Hope it keeps working. I often thought that things started working again, but apparently there was some kind of hardware state involved and after a while things broke again seemingly out of nowhere.

What seemed to have fixed it for me for good was moving to LTS Kernel 6.12. Almost a week now and suspend/resume is working fine through multiple cycles and full reboots.

vincenttc · February 21, 2025, 9:28am

What worked for me in the end is to switch to the production driver ( hardware.nvidia.package = config.boot.kernelPackages.nvidiaPackages.production;). Everything works fine now, and I don’t need to kill picom anymore. I still have powermanagement enabled, I haven’t tried with it off yet.

fareycircles · March 31, 2025, 2:34am

I have the same NixOS version (24.11) and GPU (GeForce GTX 1060 3GT OC), and I’m having a similar problem: graphics corruption on waking from suspend. Updating to kernel version 6.12 didn’t solve the problem for me, although it did seem to reduce the corruption a bit.

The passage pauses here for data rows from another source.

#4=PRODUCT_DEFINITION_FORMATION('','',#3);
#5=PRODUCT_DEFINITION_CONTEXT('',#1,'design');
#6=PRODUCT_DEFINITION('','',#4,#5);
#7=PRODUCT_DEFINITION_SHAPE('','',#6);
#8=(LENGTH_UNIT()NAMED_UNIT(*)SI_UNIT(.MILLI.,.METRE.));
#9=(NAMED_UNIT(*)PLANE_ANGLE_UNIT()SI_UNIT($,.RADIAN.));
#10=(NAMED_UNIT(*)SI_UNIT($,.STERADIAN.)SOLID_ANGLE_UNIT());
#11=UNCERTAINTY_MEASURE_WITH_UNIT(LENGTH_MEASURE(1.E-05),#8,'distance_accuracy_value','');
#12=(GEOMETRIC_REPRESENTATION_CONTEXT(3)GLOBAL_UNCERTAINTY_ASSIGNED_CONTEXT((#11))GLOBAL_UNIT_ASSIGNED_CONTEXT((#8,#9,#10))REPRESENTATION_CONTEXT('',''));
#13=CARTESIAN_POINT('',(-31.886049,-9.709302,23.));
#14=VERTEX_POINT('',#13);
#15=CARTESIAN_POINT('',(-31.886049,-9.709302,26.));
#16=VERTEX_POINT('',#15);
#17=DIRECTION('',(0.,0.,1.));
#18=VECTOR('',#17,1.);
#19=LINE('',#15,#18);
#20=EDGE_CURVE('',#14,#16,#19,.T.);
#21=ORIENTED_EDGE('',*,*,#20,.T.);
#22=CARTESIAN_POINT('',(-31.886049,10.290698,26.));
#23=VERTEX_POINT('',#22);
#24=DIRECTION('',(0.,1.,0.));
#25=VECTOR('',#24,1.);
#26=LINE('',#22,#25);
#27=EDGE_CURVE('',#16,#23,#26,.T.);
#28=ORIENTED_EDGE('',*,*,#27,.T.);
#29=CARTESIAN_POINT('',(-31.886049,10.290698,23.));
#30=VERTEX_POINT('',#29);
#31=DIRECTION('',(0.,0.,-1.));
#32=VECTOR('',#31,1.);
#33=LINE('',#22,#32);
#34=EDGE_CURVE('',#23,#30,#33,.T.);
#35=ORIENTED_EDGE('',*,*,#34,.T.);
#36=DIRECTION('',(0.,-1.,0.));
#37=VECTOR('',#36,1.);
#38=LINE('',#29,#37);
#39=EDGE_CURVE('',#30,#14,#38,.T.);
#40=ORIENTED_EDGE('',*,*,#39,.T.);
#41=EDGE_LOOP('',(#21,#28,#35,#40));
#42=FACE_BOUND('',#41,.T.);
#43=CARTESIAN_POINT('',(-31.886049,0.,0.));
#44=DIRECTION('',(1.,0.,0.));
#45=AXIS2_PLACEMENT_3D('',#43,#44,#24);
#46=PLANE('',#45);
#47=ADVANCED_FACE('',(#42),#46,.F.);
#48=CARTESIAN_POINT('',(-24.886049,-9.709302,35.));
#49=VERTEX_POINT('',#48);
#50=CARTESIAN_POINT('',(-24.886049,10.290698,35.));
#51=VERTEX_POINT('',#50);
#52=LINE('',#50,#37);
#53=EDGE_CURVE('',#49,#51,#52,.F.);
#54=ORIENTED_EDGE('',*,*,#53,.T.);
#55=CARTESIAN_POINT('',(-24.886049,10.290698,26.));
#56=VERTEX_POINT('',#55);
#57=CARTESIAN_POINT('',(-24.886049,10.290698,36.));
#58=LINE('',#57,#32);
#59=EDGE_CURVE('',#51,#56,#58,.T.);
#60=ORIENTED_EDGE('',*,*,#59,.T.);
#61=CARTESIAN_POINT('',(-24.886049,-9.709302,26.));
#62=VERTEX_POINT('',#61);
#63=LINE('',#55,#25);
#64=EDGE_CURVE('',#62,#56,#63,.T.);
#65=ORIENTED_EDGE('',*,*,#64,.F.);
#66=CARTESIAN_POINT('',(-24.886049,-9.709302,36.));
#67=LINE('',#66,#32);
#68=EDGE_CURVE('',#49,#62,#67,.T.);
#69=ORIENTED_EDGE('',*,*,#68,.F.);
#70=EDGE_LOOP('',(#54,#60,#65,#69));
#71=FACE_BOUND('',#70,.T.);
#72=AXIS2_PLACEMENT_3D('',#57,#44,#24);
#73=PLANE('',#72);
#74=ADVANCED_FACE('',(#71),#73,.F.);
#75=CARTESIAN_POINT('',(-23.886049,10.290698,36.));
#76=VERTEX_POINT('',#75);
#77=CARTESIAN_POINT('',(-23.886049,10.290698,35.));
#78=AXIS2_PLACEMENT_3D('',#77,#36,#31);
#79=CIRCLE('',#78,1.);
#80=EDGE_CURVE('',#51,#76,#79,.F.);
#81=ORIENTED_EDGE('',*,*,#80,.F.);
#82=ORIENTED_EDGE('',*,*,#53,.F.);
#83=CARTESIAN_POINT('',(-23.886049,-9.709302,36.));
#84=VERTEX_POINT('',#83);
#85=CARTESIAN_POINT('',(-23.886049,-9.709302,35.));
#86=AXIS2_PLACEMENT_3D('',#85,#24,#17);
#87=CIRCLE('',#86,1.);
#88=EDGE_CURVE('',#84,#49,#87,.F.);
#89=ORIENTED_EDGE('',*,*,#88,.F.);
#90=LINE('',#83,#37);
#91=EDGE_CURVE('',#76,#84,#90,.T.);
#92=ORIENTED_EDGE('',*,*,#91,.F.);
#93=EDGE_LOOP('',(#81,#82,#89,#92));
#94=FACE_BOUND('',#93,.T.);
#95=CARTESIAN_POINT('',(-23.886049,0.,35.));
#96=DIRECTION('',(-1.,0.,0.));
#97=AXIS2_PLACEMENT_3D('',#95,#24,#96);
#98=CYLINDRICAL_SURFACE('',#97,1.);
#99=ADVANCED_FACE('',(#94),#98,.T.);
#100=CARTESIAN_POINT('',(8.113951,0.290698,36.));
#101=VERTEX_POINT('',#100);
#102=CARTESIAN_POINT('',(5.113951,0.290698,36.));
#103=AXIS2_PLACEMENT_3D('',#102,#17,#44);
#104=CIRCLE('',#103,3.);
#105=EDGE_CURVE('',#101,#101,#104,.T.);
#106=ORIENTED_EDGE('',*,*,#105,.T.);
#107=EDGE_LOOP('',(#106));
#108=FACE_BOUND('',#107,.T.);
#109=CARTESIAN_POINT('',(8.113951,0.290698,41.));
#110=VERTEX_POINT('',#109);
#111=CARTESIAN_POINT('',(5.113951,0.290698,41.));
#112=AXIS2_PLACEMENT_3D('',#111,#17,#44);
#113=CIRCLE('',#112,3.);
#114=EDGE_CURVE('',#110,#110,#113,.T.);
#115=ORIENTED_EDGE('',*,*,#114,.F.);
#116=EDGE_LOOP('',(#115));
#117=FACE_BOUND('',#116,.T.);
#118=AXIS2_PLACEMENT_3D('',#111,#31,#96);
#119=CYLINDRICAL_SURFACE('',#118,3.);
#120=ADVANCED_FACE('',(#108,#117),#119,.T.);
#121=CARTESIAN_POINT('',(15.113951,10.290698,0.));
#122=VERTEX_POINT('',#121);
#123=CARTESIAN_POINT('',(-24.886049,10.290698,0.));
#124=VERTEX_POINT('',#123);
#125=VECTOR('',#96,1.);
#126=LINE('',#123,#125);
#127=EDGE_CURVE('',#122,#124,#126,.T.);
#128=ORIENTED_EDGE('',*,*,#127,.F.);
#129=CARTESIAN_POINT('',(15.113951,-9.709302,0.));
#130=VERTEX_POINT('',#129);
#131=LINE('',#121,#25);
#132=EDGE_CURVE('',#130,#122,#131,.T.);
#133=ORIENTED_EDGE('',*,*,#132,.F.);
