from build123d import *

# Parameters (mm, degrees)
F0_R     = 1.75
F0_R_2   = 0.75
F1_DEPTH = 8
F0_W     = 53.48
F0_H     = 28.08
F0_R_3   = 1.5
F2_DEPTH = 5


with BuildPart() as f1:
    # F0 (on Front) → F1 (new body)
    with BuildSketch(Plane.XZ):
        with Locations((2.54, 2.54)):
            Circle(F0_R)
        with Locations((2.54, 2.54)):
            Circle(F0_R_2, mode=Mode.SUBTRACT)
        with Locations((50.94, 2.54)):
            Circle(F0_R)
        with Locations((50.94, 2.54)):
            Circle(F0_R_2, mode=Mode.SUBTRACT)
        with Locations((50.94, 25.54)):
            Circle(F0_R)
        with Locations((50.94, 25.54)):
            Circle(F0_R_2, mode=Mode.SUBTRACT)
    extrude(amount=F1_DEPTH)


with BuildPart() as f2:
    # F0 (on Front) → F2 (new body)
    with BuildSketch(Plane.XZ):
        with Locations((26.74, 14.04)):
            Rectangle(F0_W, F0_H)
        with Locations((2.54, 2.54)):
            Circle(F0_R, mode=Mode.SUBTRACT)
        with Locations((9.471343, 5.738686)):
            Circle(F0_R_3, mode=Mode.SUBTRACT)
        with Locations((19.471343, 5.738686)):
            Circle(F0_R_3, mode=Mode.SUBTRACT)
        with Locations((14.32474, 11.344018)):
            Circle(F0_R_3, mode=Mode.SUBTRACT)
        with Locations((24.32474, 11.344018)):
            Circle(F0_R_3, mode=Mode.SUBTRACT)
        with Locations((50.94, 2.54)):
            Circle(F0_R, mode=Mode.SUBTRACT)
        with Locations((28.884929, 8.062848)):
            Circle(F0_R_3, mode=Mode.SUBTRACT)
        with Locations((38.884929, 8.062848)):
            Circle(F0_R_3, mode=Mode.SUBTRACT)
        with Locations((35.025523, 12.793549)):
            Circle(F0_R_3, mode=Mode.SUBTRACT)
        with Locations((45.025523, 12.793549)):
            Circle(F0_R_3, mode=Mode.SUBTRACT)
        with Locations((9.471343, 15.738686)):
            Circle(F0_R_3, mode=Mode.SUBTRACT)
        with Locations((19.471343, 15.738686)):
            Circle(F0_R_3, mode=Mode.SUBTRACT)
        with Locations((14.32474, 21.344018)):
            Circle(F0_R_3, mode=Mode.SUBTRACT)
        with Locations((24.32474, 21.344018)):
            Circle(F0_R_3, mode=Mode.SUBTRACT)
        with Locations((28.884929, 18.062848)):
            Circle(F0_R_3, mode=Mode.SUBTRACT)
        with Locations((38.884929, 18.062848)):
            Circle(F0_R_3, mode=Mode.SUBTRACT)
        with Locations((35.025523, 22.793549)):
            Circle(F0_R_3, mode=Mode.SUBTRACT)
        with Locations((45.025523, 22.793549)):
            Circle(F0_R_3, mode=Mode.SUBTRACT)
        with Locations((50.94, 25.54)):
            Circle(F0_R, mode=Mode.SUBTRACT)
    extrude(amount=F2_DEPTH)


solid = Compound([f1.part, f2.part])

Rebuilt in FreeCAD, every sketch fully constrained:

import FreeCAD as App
import Part
import Sketcher
from FreeCAD import Vector
Q = App.Units.Quantity

doc = App.newDocument("Part")
body = doc.addObject("PartDesign::Body", "Body")
body.AllowCompound = True

# Sketch on XZ plane
sketch1 = body.newObject("Sketcher::SketchObject", "Sketch")
sketch1.AttachmentSupport = (doc.getObject("XZ_Plane"), [""])
sketch1.MapMode = "FlatFace"
sketch1.addGeometry([
    Part.Circle(Vector(2.5, 2.5, 0), Vector(0, 0, 1), 1.8),  # 0
    Part.Circle(Vector(2.5, 2.5, 0), Vector(0, 0, 1), 0.8),  # 1
    Part.Circle(Vector(50.9, 2.5, 0), Vector(0, 0, 1), 1.8),  # 2
    Part.Circle(Vector(50.9, 2.5, 0), Vector(0, 0, 1), 0.8),  # 3
    Part.Circle(Vector(50.9, 25.5, 0), Vector(0, 0, 1), 1.8),  # 4
    Part.Circle(Vector(50.9, 25.5, 0), Vector(0, 0, 1), 0.8),  # 5
], False)
sketch1.addConstraint([
    Sketcher.Constraint("Coincident", 1, 3, 0, 3),
    Sketcher.Constraint("Coincident", 3, 3, 2, 3),
    Sketcher.Constraint("Coincident", 5, 3, 4, 3),
    Sketcher.Constraint("Equal", 0, 2),
    Sketcher.Constraint("Equal", 1, 3),
    Sketcher.Constraint("Equal", 2, 4),
    Sketcher.Constraint("Equal", 3, 5),
    Sketcher.Constraint("Horizontal", 1, 3, 2, 3),
    Sketcher.Constraint("Vertical", 3, 3, 4, 3),
    Sketcher.Constraint("Diameter", 0, Q("3.5 mm")),
    Sketcher.Constraint("Diameter", 1, Q("1.5 mm")),
    Sketcher.Constraint("DistanceY", 2, 3, 4, 3, Q("23 mm")),
    Sketcher.Constraint("DistanceX", 0, 3, 2, 3, Q("48.4 mm")),
    Sketcher.Constraint("DistanceX", -1, 1, 0, 3, Q("2.54 mm")),
    Sketcher.Constraint("DistanceY", -1, 1, 0, 3, Q("2.54 mm")),
])
pad1 = body.newObject("PartDesign::Pad", "Pad")
pad1.Profile = sketch1
pad1.Length = 8
body2 = doc.addObject("PartDesign::Body", "Body001")

# Sketch on XZ plane
sketch2 = body2.newObject("Sketcher::SketchObject", "Sketch001")
sketch2.AttachmentSupport = (doc.getObject("XZ_Plane001"), [""])
sketch2.MapMode = "FlatFace"
sketch2.addGeometry([
    Part.LineSegment(Vector(0, 28.1, 0), Vector(0, 0, 0)),  # 0
    Part.LineSegment(Vector(0, 0, 0), Vector(53.5, 0, 0)),  # 1
    Part.LineSegment(Vector(53.5, 0, 0), Vector(53.5, 28.1, 0)),  # 2
    Part.LineSegment(Vector(53.5, 28.1, 0), Vector(0, 28.1, 0)),  # 3
    Part.Circle(Vector(2.5, 2.5, 0), Vector(0, 0, 1), 1.8),  # 4
    Part.Circle(Vector(9.5, 5.7, 0), Vector(0, 0, 1), 1.5),  # 5
    Part.Circle(Vector(19.5, 5.7, 0), Vector(0, 0, 1), 1.5),  # 6
    Part.Circle(Vector(14.3, 11.3, 0), Vector(0, 0, 1), 1.5),  # 7
    Part.Circle(Vector(24.3, 11.3, 0), Vector(0, 0, 1), 1.5),  # 8
    Part.Circle(Vector(50.9, 2.5, 0), Vector(0, 0, 1), 1.8),  # 9
    Part.Circle(Vector(28.9, 8.1, 0), Vector(0, 0, 1), 1.5),  # 10
    Part.Circle(Vector(38.9, 8.1, 0), Vector(0, 0, 1), 1.5),  # 11
    Part.Circle(Vector(35, 12.8, 0), Vector(0, 0, 1), 1.5),  # 12
    Part.Circle(Vector(45, 12.8, 0), Vector(0, 0, 1), 1.5),  # 13
    Part.Circle(Vector(9.5, 15.7, 0), Vector(0, 0, 1), 1.5),  # 14
    Part.Circle(Vector(19.5, 15.7, 0), Vector(0, 0, 1), 1.5),  # 15
    Part.Circle(Vector(14.3, 21.3, 0), Vector(0, 0, 1), 1.5),  # 16
    Part.Circle(Vector(24.3, 21.3, 0), Vector(0, 0, 1), 1.5),  # 17
    Part.Circle(Vector(28.9, 18.1, 0), Vector(0, 0, 1), 1.5),  # 18
    Part.Circle(Vector(38.9, 18.1, 0), Vector(0, 0, 1), 1.5),  # 19
    Part.Circle(Vector(35, 22.8, 0), Vector(0, 0, 1), 1.5),  # 20
    Part.Circle(Vector(45, 22.8, 0), Vector(0, 0, 1), 1.5),  # 21
    Part.Circle(Vector(50.9, 25.5, 0), Vector(0, 0, 1), 1.8),  # 22
], False)
sketch2.addConstraint([
    Sketcher.Constraint("Coincident", 0, 2, 1, 1),
    Sketcher.Constraint("Coincident", 1, 2, 2, 1),
    Sketcher.Constraint("Coincident", 2, 2, 3, 1),
    Sketcher.Constraint("Coincident", 3, 2, 0, 1),
    Sketcher.Constraint("Vertical", 0),
    Sketcher.Constraint("Horizontal", 1),
    Sketcher.Constraint("Vertical", 2),
    Sketcher.Constraint("Horizontal", 3),
    Sketcher.Constraint("Coincident", 0, 2, -1, 1),
    Sketcher.Constraint("Equal", 5, 6),
    Sketcher.Constraint("Equal", 6, 7),
    Sketcher.Constraint("Equal", 7, 8),
    Sketcher.Constraint("Equal", 4, 9),
    Sketcher.Constraint("Equal", 8, 10),
    Sketcher.Constraint("Equal", 10, 11),
    Sketcher.Constraint("Equal", 11, 12),
    Sketcher.Constraint("Equal", 12, 13),
    Sketcher.Constraint("Equal", 13, 14),
    Sketcher.Constraint("Equal", 14, 15),
    Sketcher.Constraint("Equal", 15, 16),
    Sketcher.Constraint("Equal", 16, 17),
    Sketcher.Constraint("Equal", 17, 18),
    Sketcher.Constraint("Equal", 18, 19),
    Sketcher.Constraint("Equal", 19, 20),
    Sketcher.Constraint("Equal", 20, 21),
    Sketcher.Constraint("Equal", 9, 22),
    Sketcher.Constraint("Horizontal", 5, 3, 6, 3),
    Sketcher.Constraint("Horizontal", 7, 3, 8, 3),
    Sketcher.Constraint("Horizontal", 4, 3, 9, 3),
    Sketcher.Constraint("Horizontal", 10, 3, 11, 3),
    Sketcher.Constraint("Horizontal", 12, 3, 13, 3),
    Sketcher.Constraint("Horizontal", 14, 3, 15, 3),
    Sketcher.Constraint("Horizontal", 16, 3, 17, 3),
    Sketcher.Constraint("Horizontal", 18, 3, 19, 3),
    Sketcher.Constraint("Horizontal", 20, 3, 21, 3),
    Sketcher.Constraint("Vertical", 5, 3, 14, 3),
    Sketcher.Constraint("Vertical", 6, 3, 15, 3),
    Sketcher.Constraint("Vertical", 7, 3, 16, 3),
    Sketcher.Constraint("Vertical", 8, 3, 17, 3),
    Sketcher.Constraint("Vertical", 10, 3, 18, 3),
    Sketcher.Constraint("Vertical", 11, 3, 19, 3),
    Sketcher.Constraint("Vertical", 12, 3, 20, 3),
    Sketcher.Constraint("Vertical", 13, 3, 21, 3),
    Sketcher.Constraint("Vertical", 9, 3, 22, 3),
    Sketcher.Constraint("Diameter", 5, Q("3 mm")),
    Sketcher.Constraint("Diameter", 4, Q("3.5 mm")),
    Sketcher.Constraint("DistanceX", 5, 3, 6, 3, Q("10 mm")),
    Sketcher.Constraint("DistanceX", 7, 3, 8, 3, Q("10 mm")),
    Sketcher.Constraint("DistanceX", 10, 3, 11, 3, Q("10 mm")),
    Sketcher.Constraint("DistanceX", 12, 3, 13, 3, Q("10 mm")),
    Sketcher.Constraint("DistanceY", 5, 3, 14, 3, Q("10 mm")),
    Sketcher.Constraint("DistanceY", 7, 3, 16, 3, Q("10 mm")),
    Sketcher.Constraint("DistanceY", 10, 3, 18, 3, Q("10 mm")),
    Sketcher.Constraint("DistanceY", 12, 3, 20, 3, Q("10 mm")),
    Sketcher.Constraint("DistanceX", 1, 1, 1, 2, Q("53.48 mm")),
    Sketcher.Constraint("DistanceY", 0, 2, 0, 1, Q("28.08 mm")),
    Sketcher.Constraint("DistanceX", 4, 3, 9, 3, Q("48.4 mm")),
    Sketcher.Constraint("DistanceX", -1, 1, 4, 3, Q("2.54 mm")),
    Sketcher.Constraint("DistanceY", -1, 1, 4, 3, Q("2.54 mm")),
    Sketcher.Constraint("DistanceY", -1, 1, 22, 3, Q("25.54 mm")),
    Sketcher.Constraint("DistanceY", 11, 3, 12, 3, Q("4.730701 mm")),
    Sketcher.Constraint("DistanceX", -1, 1, 7, 3, Q("14.32474 mm")),
    Sketcher.Constraint("DistanceX", -1, 1, 10, 3, Q("28.884929 mm")),
    Sketcher.Constraint("DistanceY", -1, 1, 10, 3, Q("8.062848 mm")),
    Sketcher.Constraint("DistanceY", 5, 3, 7, 3, Q("5.605332 mm")),
    Sketcher.Constraint("DistanceY", 10, 3, 8, 3, Q("3.28117 mm")),
    Sketcher.Constraint("DistanceX", 6, 3, 12, 3, Q("15.55418 mm")),
    Sketcher.Constraint("DistanceX", -1, 1, 5, 3, Q("9.471343 mm")),
])
pad2 = body2.newObject("PartDesign::Pad", "Pad001")
pad2.Profile = sketch2
pad2.Length = 5

doc.recompute()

I think I’ve tried every combination of kernel versions 6.6 / 6.12 and NVIDIA driver versions 550.135 (production) / 565.77 (stable and beta). I’ve also tried kernel version 6.13 with NVIDIA driver version 570.86.

pwaller · April 21, 2025, 6:28am

I recently got suspend/resume reliably working again on my nvidia system. The symptoms were exactly as you described @fareycircles. I suspect the same thing is happening on my amdgpu system as well but there the symptoms are nowhere near as bad.

The thing which fixed it was the workaround in this issue: #369376:

systemd.services.systemd-suspend.environment.SYSTEMD_SLEEP_FREEZE_USER_SESSIONS = "false";

fareycircles · April 21, 2025, 6:40pm

This didn’t work for me, but I’ve passed it on to this related thread in case it helps someone else!